E aí entramos na questão fiscal. Só dá para ter certeza de que a emissão de dinheiro (e a inflação) seguirá sob rédeas curtas quando o Estado, dono das impressoras de dinheiro, cuida de suas próprias contas. Ou seja, evita gastar mais do que arrecada. 

Gastos extras, quando acontecem, são cobertos com dívida que o governo contrai vendendo títulos públicos. Até aí, normal: todo país faz isso. O problema é quando a dívida vai ficando grande demais. Chega um momento em que começa-se a duvidar da capacidade de solvência. Perde-se a confiança de que o governo conseguirá reduzir a dívida com aquilo que arrecada na forma de impostos. 

E cresce a suspeita de que, mais hora menos hora, o governo terá de produzir dinheiro novo para pagar suas dívidas trilionárias – o que transformaria a moeda do país em dinheiro de Banco Imobiliário. Foi o que aconteceu na Argentina. O país ali embaixo passou anos pagando sua dívida interna, em pesos, simplesmente emitindo pesos – e isso destruiu a moeda local.

O que nos leva ao Brasil deste final de 2024.

A insustentável leveza fiscal

Entende-se que uma dívida equivalente a 60% do PIB está num patamar saudável. Há 10 anos, a nossa estava em 56%. Legal. Mas em 2022 ela já tinha chegado a 71,7% – além da linha vermelha.

Seria o momento de fazer esforços fiscais (cortar gastos; aumentar a arrecadação) para trazer as coisas de volta aos eixos. Mas aconteceu precisamente o oposto. A dívida pública passou a crescer em ritmo de país em guerra. No momento, ela está em 78,5% do PIB, e pelas contas da Instituição Fiscal Independente (IFI), órgão do Senado dedicado a esse tipo de cálculo, fechar 2024 em 80%.

Seria o momento de o governo anunciar um pacote sólido de cortes de gastos; sinalizar que, sim, sabe que a manutenção da fé nas contas públicas é essencial. Mas não. Haddad acenou com um pacote tímido. 

E pior.

Robin Hood trapalhão

O governo acabou transformando o tão aguardado momento do anúncio dos cortes na notícia de uma renúncia fiscal: sim, a isenção de IR para quem ganha até R$ 5 mil – em troca de um “imposto mínimo” de 10% sobre quem ganha mais de R$ 50 mil em forma de lucros e dividendos, e não paga impostos por isso na pessoa física (ainda que o faça na jurídica, mas essa é outra história).

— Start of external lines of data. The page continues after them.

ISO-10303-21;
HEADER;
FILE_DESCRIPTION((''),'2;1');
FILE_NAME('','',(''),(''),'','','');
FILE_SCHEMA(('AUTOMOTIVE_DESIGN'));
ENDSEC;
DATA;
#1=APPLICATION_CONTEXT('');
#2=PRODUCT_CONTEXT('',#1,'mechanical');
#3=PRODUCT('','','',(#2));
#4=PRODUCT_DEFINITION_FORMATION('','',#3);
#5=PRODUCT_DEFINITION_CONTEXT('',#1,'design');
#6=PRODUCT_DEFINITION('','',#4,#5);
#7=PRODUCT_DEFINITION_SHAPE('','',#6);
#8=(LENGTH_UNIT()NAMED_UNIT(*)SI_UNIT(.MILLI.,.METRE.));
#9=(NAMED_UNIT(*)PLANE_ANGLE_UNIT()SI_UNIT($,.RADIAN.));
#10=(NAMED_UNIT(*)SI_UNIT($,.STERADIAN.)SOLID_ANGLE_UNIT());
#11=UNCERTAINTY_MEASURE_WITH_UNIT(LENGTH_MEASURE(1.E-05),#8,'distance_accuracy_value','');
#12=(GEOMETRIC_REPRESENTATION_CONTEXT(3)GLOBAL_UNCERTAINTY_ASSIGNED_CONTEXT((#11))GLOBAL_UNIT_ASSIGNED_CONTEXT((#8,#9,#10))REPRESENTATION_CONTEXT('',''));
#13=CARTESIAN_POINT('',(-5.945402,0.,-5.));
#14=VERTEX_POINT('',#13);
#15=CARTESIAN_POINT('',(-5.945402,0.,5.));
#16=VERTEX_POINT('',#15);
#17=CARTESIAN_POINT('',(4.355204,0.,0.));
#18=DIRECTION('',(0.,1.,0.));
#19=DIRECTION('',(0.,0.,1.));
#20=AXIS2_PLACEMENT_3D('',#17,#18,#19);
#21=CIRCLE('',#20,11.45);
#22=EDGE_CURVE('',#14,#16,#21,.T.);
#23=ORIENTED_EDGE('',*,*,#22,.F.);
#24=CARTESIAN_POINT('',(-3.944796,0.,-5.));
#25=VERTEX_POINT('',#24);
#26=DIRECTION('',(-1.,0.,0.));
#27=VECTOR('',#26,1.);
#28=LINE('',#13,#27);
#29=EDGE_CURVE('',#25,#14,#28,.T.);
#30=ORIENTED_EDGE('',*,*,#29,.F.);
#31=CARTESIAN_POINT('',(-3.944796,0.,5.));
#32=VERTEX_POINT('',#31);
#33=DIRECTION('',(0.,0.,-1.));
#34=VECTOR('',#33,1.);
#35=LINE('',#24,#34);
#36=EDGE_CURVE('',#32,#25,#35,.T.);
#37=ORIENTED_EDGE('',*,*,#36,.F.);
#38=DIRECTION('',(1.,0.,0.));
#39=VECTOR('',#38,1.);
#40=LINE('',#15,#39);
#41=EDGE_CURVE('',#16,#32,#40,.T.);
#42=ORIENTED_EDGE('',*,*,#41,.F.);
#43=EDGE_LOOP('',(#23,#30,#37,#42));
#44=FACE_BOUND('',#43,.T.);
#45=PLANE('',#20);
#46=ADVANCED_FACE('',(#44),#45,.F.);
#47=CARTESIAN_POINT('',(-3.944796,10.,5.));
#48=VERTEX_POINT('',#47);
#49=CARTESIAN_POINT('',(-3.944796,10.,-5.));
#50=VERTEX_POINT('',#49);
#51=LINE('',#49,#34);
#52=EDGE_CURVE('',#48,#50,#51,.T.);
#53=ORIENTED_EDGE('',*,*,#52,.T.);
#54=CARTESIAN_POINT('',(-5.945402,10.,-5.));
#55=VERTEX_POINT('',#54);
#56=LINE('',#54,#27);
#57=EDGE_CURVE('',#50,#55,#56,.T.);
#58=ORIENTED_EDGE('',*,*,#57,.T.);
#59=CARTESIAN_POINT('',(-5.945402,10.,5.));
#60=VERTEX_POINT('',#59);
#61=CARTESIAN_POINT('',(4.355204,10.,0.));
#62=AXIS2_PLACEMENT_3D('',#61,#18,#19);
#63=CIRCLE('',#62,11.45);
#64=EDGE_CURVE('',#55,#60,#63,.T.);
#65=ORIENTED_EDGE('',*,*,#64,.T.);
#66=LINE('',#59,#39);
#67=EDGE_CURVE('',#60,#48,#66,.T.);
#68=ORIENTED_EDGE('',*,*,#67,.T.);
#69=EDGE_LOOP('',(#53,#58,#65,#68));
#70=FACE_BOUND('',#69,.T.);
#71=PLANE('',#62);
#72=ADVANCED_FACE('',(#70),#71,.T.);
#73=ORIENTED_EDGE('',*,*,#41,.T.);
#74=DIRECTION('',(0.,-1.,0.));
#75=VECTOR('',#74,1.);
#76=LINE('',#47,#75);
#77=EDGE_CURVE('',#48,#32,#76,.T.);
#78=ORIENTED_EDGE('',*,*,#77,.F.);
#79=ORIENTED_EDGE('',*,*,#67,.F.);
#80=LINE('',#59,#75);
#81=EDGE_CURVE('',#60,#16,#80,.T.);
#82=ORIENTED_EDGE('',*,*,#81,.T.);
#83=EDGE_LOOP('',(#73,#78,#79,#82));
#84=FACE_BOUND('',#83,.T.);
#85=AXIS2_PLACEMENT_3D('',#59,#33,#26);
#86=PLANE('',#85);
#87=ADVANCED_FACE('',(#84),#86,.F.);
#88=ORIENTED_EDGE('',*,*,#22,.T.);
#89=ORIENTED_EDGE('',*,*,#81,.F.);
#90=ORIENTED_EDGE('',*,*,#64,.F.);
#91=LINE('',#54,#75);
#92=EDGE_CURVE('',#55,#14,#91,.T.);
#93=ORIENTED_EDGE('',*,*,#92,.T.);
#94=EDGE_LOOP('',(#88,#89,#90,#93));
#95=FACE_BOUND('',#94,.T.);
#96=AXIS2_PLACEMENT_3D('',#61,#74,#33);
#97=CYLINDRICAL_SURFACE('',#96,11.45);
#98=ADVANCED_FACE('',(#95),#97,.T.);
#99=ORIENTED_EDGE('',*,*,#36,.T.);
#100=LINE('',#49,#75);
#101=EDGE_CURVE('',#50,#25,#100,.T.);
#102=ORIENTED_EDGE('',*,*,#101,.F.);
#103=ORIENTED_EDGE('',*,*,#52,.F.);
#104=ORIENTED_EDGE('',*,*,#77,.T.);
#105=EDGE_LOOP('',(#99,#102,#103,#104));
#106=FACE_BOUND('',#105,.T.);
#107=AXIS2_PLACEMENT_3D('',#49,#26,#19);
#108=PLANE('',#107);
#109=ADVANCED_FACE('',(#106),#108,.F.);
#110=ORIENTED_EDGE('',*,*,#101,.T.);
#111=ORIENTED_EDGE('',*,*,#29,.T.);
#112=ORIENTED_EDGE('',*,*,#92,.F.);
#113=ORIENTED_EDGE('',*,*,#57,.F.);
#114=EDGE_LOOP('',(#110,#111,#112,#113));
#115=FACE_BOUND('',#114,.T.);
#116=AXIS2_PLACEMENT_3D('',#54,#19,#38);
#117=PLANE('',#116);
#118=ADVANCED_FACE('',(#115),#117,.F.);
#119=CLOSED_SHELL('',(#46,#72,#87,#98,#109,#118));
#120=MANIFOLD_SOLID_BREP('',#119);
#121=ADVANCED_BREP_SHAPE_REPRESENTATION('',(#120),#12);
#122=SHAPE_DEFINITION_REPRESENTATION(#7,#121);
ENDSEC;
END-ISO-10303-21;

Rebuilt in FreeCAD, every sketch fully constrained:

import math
import FreeCAD as App
import Part
import Sketcher
from FreeCAD import Vector
Q = App.Units.Quantity

doc = App.newDocument("Part")
body = doc.addObject("PartDesign::Body", "Body")

# Sketch on XZ plane
sketch1 = body.newObject("Sketcher::SketchObject", "Sketch")
sketch1.AttachmentSupport = (doc.getObject("XZ_Plane"), [""])
sketch1.MapMode = "FlatFace"
sketch1.addGeometry(Part.LineSegment(Vector(-3.944796, -5, 0), Vector(-5.945402, -5, 0)), False)
sketch1.addGeometry(Part.ArcOfCircle(Part.Circle(Vector(4.355204, 0, 0), Vector(0, 0, 1), 11.45), math.radians(154.107679), math.radians(205.892321)), False)
sketch1.addGeometry(Part.LineSegment(Vector(-5.945402, 5, 0), Vector(-3.944796, 5, 0)), False)
sketch1.addGeometry(Part.LineSegment(Vector(-3.944796, 5, 0), Vector(-3.944796, -5, 0)), False)
sketch1.addConstraint(Sketcher.Constraint("Coincident", 0, 2, 1, 2))
sketch1.addConstraint(Sketcher.Constraint("Coincident", 1, 1, 2, 1))
sketch1.addConstraint(Sketcher.Constraint("Coincident", 2, 2, 3, 1))
sketch1.addConstraint(Sketcher.Constraint("Coincident", 3, 2, 0, 1))
sketch1.addConstraint(Sketcher.Constraint("Horizontal", 0))
sketch1.addConstraint(Sketcher.Constraint("Horizontal", 2))
sketch1.addConstraint(Sketcher.Constraint("Vertical", 3))
sketch1.addConstraint(Sketcher.Constraint("Symmetric", 0, 2, 1, 1, -1))
sketch1.addConstraint(Sketcher.Constraint("DistanceY", 3, 2, 3, 1, Q("10 mm")))
sketch1.addConstraint(Sketcher.Constraint("Radius", 1, Q("11.45 mm")))
sketch1.addConstraint(Sketcher.Constraint("DistanceX", 2, 2, 1, 3, Q("8.3 mm")))
sketch1.addConstraint(Sketcher.Constraint("DistanceX", -1, 1, 1, 3, Q("4.355204 mm")))
pad1 = body.newObject("PartDesign::Pad", "Pad")
pad1.Profile = sketch1
pad1.Length = 10
pad1.Reversed = True

doc.recompute()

A medida, em si, tem seu tom civilizatório, dada a violência da desigualdade por aqui: 92% dos declarantes de IR no Brasil ganham menos de R$ 5 mil.

Mas tudo indica que o governo queimou a largada. Usou um momento em que deveria acalmar o mercado (que é o credor de sua dívida) para fazer seu anúncio de “transferência de renda” – sem deixar claro se o impacto de R$ 35 bilhões nas contas tem mesmo como ser anulado pelo eventual imposto mínimo para o topo da pirâmide. 

Ou seja: transformou algo que deveria ser uma medida técnica, em prol de uma instituição essencial (a moeda), num episódio de luta de classes. 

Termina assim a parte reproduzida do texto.